Photoredox catalysis, which harnesses the power of light to drive chemical reactions, has now gone asymmetric, allowing chemists to prepare valuable single-enantiomer products.
‘Photocatalysis exploits the energy of visible light to generate reactive radical species under remarkably mild conditions,’ explains Mattia Silvi, a photochemistry expert at the University of Nottingham, UK. ‘But the high reactivity of such species makes them particularly difficult to tame in the context of enantioselective processes.’ Many compounds exist in two mirror image forms known as enantiomers, which possess identical physical properties but interact differently with other ‘handed molecules’ such as amino acids and sugars. Access to the separate forms of these compounds is vital for the pharmaceutical industry, which must produce and test single enantiomers to guarantee the safety and efficacy of all new medicines.
Typically, enantioselective reactions rely on orienting the substrates to form a specific product, but the unstable photocatalytic intermediates lack any means to exert this spatial control. Previous attempts to combine existing asymmetric methods, such as transition metal or enamine catalysis, with photoredox chemistry have met with only moderate success as they often require complex multi-catalyst systems which limit the reaction scope.
Instead, by introducing a chiral counteranion to direct the orientation of the positively-charged radical intermediate, Nobel laureate Benjamin List at the Max-Planck-Institute for Coal Research in Germany has developed a highly general method to control photochemical reactions. Known as asymmetric counteranion-directed catalysis, this ion-pairing approach has been widely adopted in other areas of organic catalysis, but a number of specific challenges exist for photochemical systems. ‘Photoredox catalysis goes asymmetric,’ is List’s simple takeaway message from his team’s work.

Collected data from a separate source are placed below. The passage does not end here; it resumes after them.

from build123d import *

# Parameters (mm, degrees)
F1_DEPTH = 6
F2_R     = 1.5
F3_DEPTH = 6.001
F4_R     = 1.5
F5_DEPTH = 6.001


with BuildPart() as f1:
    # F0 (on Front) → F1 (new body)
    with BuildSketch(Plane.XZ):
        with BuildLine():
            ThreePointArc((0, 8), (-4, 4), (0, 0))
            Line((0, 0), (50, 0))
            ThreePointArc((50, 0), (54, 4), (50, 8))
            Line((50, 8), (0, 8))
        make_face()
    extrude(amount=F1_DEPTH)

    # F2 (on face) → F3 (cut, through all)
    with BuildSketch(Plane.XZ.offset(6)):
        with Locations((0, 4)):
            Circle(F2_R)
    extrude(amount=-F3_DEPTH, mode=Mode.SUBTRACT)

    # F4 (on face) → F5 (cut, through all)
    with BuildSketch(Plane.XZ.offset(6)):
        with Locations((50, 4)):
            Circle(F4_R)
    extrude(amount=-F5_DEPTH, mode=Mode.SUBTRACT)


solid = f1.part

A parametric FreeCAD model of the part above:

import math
import FreeCAD as App
import Part
import Sketcher
from FreeCAD import Vector
Q = App.Units.Quantity

doc = App.newDocument("Part")
body = doc.addObject("PartDesign::Body", "Body")

sketch1 = body.newObject("Sketcher::SketchObject", "Sketch")
sketch1.AttachmentSupport = (doc.getObject("XZ_Plane"), [""])
sketch1.MapMode = "FlatFace"
sketch1.addGeometry([
    Part.ArcOfCircle(Part.Circle(Vector(0, 4, 0), Vector(0, 0, 1), 4), math.radians(90), math.radians(270)),
    Part.LineSegment(Vector(0, 0, 0), Vector(50, 0, 0)),
    Part.ArcOfCircle(Part.Circle(Vector(50, 4, 0), Vector(0, 0, 1), 4), math.radians(-90), math.radians(90)),
    Part.LineSegment(Vector(50, 8, 0), Vector(0, 8, 0)),
], False)
sketch1.addConstraint([
    Sketcher.Constraint("Tangent", 0, 2, 1, 1),
    Sketcher.Constraint("Tangent", 1, 2, 2, 1),
    Sketcher.Constraint("Tangent", 2, 2, 3, 1),
    Sketcher.Constraint("Tangent", 3, 2, 0, 1),
    Sketcher.Constraint("Horizontal", 1),
    Sketcher.Constraint("Horizontal", 3),
    Sketcher.Constraint("Coincident", 0, 2, -1, 1),
    Sketcher.Constraint("Radius", 0, Q("4 mm")),
    Sketcher.Constraint("DistanceX", 1, 1, 1, 2, Q("50 mm")),
])
pad1 = body.newObject("PartDesign::Pad", "Pad")
pad1.Profile = sketch1
pad1.Length = 6

sketch2 = body.newObject("Sketcher::SketchObject", "Sketch001")
sketch2.AttachmentSupport = (doc.getObject("XZ_Plane"), [""])
sketch2.MapMode = "FlatFace"
sketch2.AttachmentOffset = App.Placement(Vector(0, 0, 6), App.Rotation())
sketch2.addGeometry(Part.Circle(Vector(0, 4, 0), Vector(0, 0, 1), 1.5), False)
sketch2.addConstraint([
    Sketcher.Constraint("PointOnObject", 0, 3, -2),
    Sketcher.Constraint("Diameter", 0, Q("3 mm")),
    Sketcher.Constraint("DistanceY", -1, 1, 0, 3, Q("4 mm")),
])
pocket1 = body.newObject("PartDesign::Pocket", "Pocket")
pocket1.Profile = sketch2
pocket1.Type = "ThroughAll"

sketch3 = body.newObject("Sketcher::SketchObject", "Sketch002")
sketch3.AttachmentSupport = (doc.getObject("XZ_Plane"), [""])
sketch3.MapMode = "FlatFace"
sketch3.AttachmentOffset = App.Placement(Vector(0, 0, 6), App.Rotation())
sketch3.addGeometry(Part.Circle(Vector(50, 4, 0), Vector(0, 0, 1), 1.5), False)
sketch3.addConstraint([
    Sketcher.Constraint("Diameter", 0, Q("3 mm")),
    Sketcher.Constraint("DistanceX", -1, 1, 0, 3, Q("50 mm")),
    Sketcher.Constraint("DistanceY", -1, 1, 0, 3, Q("4 mm")),
])
pocket2 = body.newObject("PartDesign::Pocket", "Pocket001")
pocket2.Profile = sketch3
pocket2.Type = "ThroughAll"

doc.recompute()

‘The radical cations formed are extremely acidic, so in the presence of a counteranion, they decompose by donating a proton,’ explains Sébastien Laulhé, a radical chemist at Indiana University–Purdue University Indianapolis, US. ‘ That means List has had to find a chiral counteranion that has a negative charge strong enough to electrostatically associate with the radical cation, but weak enough that it doesn’t decompose it.’
List’s team investigated the effect of a series of chiral anions on a photochemical [2+2] cycloaddition reaction, ultimately achieving an impressive 95.5:4.5 enantiomeric ratio on test substrates at −100°C using the highly confined imidodiphosphorimidate anion. Following this success, the team evaluated a range of substrates and commercial photocatalysts, demonstrating excellent functional group tolerance and broad compatibility with a variety of catalysts. ‘Any substrate that is activated by delivering an electron to a photocatalyst becomes positively charged and will associate with our anion, enabling the control of its reactivity and selectivity,’ says List. ‘There are a vast number of such reactions that could be handled this way, and [what’s] more, the inverse polarity, ie using a counteraction, is also possible. That is the beauty of the concept.’

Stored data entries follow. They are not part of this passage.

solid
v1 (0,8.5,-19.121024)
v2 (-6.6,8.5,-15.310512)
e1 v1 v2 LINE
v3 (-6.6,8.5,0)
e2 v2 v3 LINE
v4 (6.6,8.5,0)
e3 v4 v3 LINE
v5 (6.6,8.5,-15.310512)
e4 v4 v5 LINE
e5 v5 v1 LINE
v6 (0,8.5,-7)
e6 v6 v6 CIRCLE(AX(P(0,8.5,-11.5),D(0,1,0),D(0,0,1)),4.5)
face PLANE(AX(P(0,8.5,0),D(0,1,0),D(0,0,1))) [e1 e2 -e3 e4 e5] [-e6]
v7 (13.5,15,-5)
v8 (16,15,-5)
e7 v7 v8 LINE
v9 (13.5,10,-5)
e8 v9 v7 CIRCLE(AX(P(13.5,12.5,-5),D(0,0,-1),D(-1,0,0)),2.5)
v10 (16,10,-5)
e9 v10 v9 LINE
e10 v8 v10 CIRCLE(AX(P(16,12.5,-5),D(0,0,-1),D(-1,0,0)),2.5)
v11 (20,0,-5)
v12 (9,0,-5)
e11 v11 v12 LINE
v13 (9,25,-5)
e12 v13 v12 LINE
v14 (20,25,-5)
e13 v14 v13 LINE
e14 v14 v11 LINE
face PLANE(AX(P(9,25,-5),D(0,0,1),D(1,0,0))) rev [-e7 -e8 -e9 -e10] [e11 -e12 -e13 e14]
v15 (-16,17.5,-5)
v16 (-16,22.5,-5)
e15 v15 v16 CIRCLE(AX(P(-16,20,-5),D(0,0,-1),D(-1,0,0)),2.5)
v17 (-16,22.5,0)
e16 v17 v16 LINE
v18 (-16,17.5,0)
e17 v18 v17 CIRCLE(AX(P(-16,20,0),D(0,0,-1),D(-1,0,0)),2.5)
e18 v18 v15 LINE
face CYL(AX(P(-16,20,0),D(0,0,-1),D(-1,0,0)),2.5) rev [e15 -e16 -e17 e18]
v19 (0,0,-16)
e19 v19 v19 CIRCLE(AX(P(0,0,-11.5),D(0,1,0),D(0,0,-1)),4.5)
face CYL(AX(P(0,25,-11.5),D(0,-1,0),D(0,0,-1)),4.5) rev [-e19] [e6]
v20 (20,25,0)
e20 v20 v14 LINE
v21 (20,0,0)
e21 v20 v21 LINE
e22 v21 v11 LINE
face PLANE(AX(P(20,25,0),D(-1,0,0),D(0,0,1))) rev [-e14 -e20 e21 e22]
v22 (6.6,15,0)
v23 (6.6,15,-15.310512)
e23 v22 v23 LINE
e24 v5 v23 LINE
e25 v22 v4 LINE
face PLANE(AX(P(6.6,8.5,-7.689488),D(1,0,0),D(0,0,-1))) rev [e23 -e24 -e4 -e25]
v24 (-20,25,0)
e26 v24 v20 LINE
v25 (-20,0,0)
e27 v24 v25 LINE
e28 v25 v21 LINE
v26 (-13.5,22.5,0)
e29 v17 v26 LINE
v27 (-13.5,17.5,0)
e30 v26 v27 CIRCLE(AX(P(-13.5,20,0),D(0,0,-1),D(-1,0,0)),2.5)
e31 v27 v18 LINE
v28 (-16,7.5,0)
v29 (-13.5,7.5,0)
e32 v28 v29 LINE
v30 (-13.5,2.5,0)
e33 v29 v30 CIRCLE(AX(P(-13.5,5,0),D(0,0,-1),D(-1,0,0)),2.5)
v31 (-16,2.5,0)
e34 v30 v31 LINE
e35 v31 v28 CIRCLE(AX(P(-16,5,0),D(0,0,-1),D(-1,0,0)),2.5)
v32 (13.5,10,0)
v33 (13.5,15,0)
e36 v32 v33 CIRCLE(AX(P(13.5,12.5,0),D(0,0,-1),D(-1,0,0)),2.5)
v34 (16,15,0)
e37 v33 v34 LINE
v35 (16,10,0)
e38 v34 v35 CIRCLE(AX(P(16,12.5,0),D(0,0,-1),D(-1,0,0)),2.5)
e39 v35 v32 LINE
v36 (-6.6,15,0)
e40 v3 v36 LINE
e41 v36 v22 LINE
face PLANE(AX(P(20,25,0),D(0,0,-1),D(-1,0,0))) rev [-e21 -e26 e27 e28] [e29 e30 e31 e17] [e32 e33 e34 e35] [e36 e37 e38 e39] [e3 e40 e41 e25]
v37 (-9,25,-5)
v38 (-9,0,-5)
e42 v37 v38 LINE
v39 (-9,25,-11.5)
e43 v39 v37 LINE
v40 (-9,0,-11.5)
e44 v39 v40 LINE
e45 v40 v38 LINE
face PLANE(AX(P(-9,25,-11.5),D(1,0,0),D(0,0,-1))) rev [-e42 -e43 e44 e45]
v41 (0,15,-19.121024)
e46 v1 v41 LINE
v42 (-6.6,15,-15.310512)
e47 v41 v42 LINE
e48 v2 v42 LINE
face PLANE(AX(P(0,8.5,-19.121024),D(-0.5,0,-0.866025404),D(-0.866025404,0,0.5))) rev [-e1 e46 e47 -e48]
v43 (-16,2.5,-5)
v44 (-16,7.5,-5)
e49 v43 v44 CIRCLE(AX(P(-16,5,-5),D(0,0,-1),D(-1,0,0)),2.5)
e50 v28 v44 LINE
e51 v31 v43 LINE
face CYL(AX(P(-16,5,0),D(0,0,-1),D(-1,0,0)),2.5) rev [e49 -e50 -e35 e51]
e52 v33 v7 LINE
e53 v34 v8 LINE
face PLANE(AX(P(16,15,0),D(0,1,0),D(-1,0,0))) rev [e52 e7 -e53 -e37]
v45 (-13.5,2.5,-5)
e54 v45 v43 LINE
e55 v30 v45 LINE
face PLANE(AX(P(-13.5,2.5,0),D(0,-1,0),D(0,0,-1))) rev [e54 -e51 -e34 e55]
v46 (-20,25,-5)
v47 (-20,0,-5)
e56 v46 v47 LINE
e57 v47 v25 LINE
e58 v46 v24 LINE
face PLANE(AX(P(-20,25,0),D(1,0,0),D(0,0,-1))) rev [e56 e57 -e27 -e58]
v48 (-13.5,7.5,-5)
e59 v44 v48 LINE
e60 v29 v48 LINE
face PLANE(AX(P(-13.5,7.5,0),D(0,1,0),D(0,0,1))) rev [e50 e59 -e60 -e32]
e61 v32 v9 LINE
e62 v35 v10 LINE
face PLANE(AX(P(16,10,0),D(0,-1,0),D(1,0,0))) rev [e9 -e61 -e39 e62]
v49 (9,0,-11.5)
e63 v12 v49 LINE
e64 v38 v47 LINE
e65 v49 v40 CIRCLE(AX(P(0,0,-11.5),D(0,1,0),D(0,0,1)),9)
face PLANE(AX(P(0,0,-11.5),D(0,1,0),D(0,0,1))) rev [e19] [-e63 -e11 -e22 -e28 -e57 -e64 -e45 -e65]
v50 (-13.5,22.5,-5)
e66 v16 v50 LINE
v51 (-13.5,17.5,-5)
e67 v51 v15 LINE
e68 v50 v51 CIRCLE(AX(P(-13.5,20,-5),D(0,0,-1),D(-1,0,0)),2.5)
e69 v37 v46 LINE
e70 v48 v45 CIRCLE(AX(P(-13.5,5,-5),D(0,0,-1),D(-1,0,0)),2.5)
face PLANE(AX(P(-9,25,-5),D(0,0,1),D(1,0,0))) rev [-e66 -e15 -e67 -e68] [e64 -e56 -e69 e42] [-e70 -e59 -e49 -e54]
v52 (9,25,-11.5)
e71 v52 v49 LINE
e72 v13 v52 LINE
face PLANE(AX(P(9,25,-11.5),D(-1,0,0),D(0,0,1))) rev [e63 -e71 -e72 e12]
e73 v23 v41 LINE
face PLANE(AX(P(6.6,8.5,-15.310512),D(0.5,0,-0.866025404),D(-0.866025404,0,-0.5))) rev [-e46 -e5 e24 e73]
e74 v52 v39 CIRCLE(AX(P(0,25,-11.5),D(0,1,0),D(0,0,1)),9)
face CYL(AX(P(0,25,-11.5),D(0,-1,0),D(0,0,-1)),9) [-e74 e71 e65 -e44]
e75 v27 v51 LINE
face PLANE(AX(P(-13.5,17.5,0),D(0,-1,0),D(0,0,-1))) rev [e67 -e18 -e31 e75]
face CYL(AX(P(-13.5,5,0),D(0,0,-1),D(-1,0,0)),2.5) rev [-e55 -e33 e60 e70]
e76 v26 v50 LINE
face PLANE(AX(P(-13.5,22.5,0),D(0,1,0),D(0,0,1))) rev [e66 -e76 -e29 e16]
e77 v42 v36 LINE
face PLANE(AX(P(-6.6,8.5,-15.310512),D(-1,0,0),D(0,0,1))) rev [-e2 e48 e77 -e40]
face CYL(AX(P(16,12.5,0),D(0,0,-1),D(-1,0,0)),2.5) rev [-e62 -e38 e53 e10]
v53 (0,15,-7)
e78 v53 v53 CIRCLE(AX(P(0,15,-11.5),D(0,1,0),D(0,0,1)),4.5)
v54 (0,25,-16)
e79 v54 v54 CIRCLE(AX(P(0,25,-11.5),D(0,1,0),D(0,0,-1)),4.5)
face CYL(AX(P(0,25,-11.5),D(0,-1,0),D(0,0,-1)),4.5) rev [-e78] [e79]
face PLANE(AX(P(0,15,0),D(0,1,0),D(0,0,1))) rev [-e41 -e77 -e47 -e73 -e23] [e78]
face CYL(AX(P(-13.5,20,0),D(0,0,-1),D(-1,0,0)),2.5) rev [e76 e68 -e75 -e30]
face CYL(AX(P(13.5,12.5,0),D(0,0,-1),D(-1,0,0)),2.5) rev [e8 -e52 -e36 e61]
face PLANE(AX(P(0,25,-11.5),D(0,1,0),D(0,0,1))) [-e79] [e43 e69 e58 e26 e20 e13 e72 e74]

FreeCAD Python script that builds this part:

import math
import FreeCAD as App
import Part
import Sketcher
from FreeCAD import Vector
Q = App.Units.Quantity


def add_polygon(sketch, points):
    """Adds a closed chain of lines whose ends are joined by coincident constraints."""
    first, n = sketch.GeometryCount, len(points)
    for a, b in zip(points, points[1:] + points[:1]):
        sketch.addGeometry(Part.LineSegment(App.Vector(*a, 0), App.Vector(*b, 0)), False)
    for i in range(n):
        sketch.addConstraint(Sketcher.Constraint("Coincident", first + i, 2, first + (i + 1) % n, 1))

doc = App.newDocument("Part")
body = doc.addObject("PartDesign::Body", "Body")

sketch1 = body.newObject("Sketcher::SketchObject", "Sketch")
sketch1.AttachmentSupport = (doc.getObject("XZ_Plane"), [""])
sketch1.MapMode = "FlatFace"
sketch1.addGeometry(Part.LineSegment(Vector(-20, 0, 0), Vector(20, 0, 0)), False)
sketch1.addGeometry(Part.LineSegment(Vector(20, 0, 0), Vector(20, -5, 0)), False)
sketch1.addGeometry(Part.LineSegment(Vector(20, -5, 0), Vector(9, -5, 0)), False)
sketch1.addGeometry(Part.LineSegment(Vector(9, -5, 0), Vector(9, -11.5, 0)), False)
sketch1.addGeometry(Part.ArcOfCircle(Part.Circle(Vector(0, -11.5, 0), Vector(0, 0, 1), 9), math.radians(180), math.radians(360)), False)
sketch1.addGeometry(Part.LineSegment(Vector(-9, -11.5, 0), Vector(-9, -5, 0)), False)
sketch1.addGeometry(Part.LineSegment(Vector(-9, -5, 0), Vector(-20, -5, 0)), False)
sketch1.addGeometry(Part.LineSegment(Vector(-20, -5, 0), Vector(-20, 0, 0)), False)
sketch1.addGeometry(Part.Circle(Vector(0, -11.5, 0), Vector(0, 0, 1), 4.5), False)
sketch1.addConstraint(Sketcher.Constraint("Coincident", 0, 2, 1, 1))
sketch1.addConstraint(Sketcher.Constraint("Coincident", 1, 2, 2, 1))
sketch1.addConstraint(Sketcher.Constraint("Coincident", 2, 2, 3, 1))
sketch1.addConstraint(Sketcher.Constraint("Tangent", 3, 2, 4, 2))
sketch1.addConstraint(Sketcher.Constraint("Tangent", 4, 1, 5, 1))
sketch1.addConstraint(Sketcher.Constraint("Coincident", 5, 2, 6, 1))
sketch1.addConstraint(Sketcher.Constraint("Coincident", 6, 2, 7, 1))
sketch1.addConstraint(Sketcher.Constraint("Coincident", 7, 2, 0, 1))
sketch1.addConstraint(Sketcher.Constraint("Horizontal", 0))
sketch1.addConstraint(Sketcher.Constraint("Vertical", 1))
sketch1.addConstraint(Sketcher.Constraint("Horizontal", 2))
sketch1.addConstraint(Sketcher.Constraint("Vertical", 3))
sketch1.addConstraint(Sketcher.Constraint("Vertical", 5))
sketch1.addConstraint(Sketcher.Constraint("Horizontal", 6))
sketch1.addConstraint(Sketcher.Constraint("Vertical", 7))
sketch1.addConstraint(Sketcher.Constraint("Coincident", 8, 3, 4, 3))
sketch1.addConstraint(Sketcher.Constraint("Symmetric", 0, 2, 7, 2, -1, 1))
sketch1.addConstraint(Sketcher.Constraint("Symmetric", 2, 2, 5, 2, -2))
sketch1.addConstraint(Sketcher.Constraint("Diameter", 8, Q("9 mm")))
sketch1.addConstraint(Sketcher.Constraint("Radius", 4, Q("9 mm")))
sketch1.addConstraint(Sketcher.Constraint("DistanceX", 0, 1, 0, 2, Q("40 mm")))
sketch1.addConstraint(Sketcher.Constraint("DistanceY", 1, 2, 1, 1, Q("5 mm")))
sketch1.addConstraint(Sketcher.Constraint("DistanceY", 3, 2, 3, 1, Q("6.5 mm")))
pad1 = body.newObject("PartDesign::Pad", "Pad")
pad1.Profile = sketch1
pad1.Length = 25
pad1.Reversed = True

sketch2 = body.newObject("Sketcher::SketchObject", "Sketch001")
sketch2.AttachmentSupport = (doc.getObject("XZ_Plane"), [""])
sketch2.MapMode = "FlatFace"
sketch2.AttachmentOffset = App.Placement(Vector(0, 0, -15), App.Rotation())
add_polygon(sketch2, [(0, -19.121024), (-6.6, -15.310512), (-6.6, -7.689488), (0, -3.878976), (6.6, -7.689488), (6.6, -15.310512)])
sketch2.addConstraint(Sketcher.Constraint("Vertical", 1))
sketch2.addConstraint(Sketcher.Constraint("Vertical", 4))
sketch2.addConstraint(Sketcher.Constraint("Symmetric", 1, 2, 3, 2, -2))
sketch2.addConstraint(Sketcher.Constraint("PointOnObject", 2, 2, -2))
sketch2.addConstraint(Sketcher.Constraint("PointOnObject", 5, 2, -2))
sketch2.addConstraint(Sketcher.Constraint("Parallel", 0, 3))
sketch2.addConstraint(Sketcher.Constraint("Parallel", 2, 5))
sketch2.addConstraint(Sketcher.Constraint("Angle", 0, Q("150 deg")))
sketch2.addConstraint(Sketcher.Constraint("DistanceX", 0, 2, -1, 1, Q("6.6 mm")))
sketch2.addConstraint(Sketcher.Constraint("DistanceY", 1, 1, 1, 2, Q("7.621024 mm")))
sketch2.addConstraint(Sketcher.Constraint("DistanceY", 0, 2, -1, 1, Q("15.310512 mm")))
pocket1 = body.newObject("PartDesign::Pocket", "Pocket")
pocket1.Profile = sketch2
pocket1.Length = 6.5
pocket1.Reversed = True

sketch3 = body.newObject("Sketcher::SketchObject", "Sketch002")
sketch3.AttachmentSupport = (doc.getObject("XY_Plane"), [""])
sketch3.MapMode = "FlatFace"
sketch3.AttachmentOffset = App.Placement(Vector(0, 0, -7.689488), App.Rotation())
add_polygon(sketch3, [(6.6, 15), (6.6, 8.5), (-6.6, 8.5), (-6.6, 15)])
sketch3.addConstraint(Sketcher.Constraint("Vertical", 0))
sketch3.addConstraint(Sketcher.Constraint("Horizontal", 1))
sketch3.addConstraint(Sketcher.Constraint("Vertical", 2))
sketch3.addConstraint(Sketcher.Constraint("Horizontal", 3))
sketch3.addConstraint(Sketcher.Constraint("DistanceX", 1, 2, 1, 1, Q("13.2 mm")))
sketch3.addConstraint(Sketcher.Constraint("DistanceY", 0, 2, 0, 1, Q("6.5 mm")))
sketch3.addConstraint(Sketcher.Constraint("DistanceY", -1, 1, 2, 2, Q("15 mm")))
sketch3.addConstraint(Sketcher.Constraint("DistanceX", -1, 1, 0, 2, Q("6.6 mm")))
pocket2 = body.newObject("PartDesign::Pocket", "Pocket001")
pocket2.Profile = sketch3
pocket2.Type = "ThroughAll"
pocket2.Reversed = True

List’s strategy addresses one of the longstanding problems in photoredox chemistry. ‘Merging enantioinduction with the tremendous versatility of photocatalytic reactivity provides an exciting approach towards enantioenriched motifs,’ says Mario Wiesenfeldt, a photocatalytic chemist at Ruhr University Bochum, Germany. ‘Given the high potential for generality, it could be worthwhile to develop a room-temperature version of this mode of enantioinduction. I would, however, be equally interested to see this idea applied to further photocatalytic transformations.’
The List group are keen to apply their asymmetric approach to traditionally racemic photochemical reactions and hope that this strategy opens up new and exciting possibilities for synthetic chemists across the board.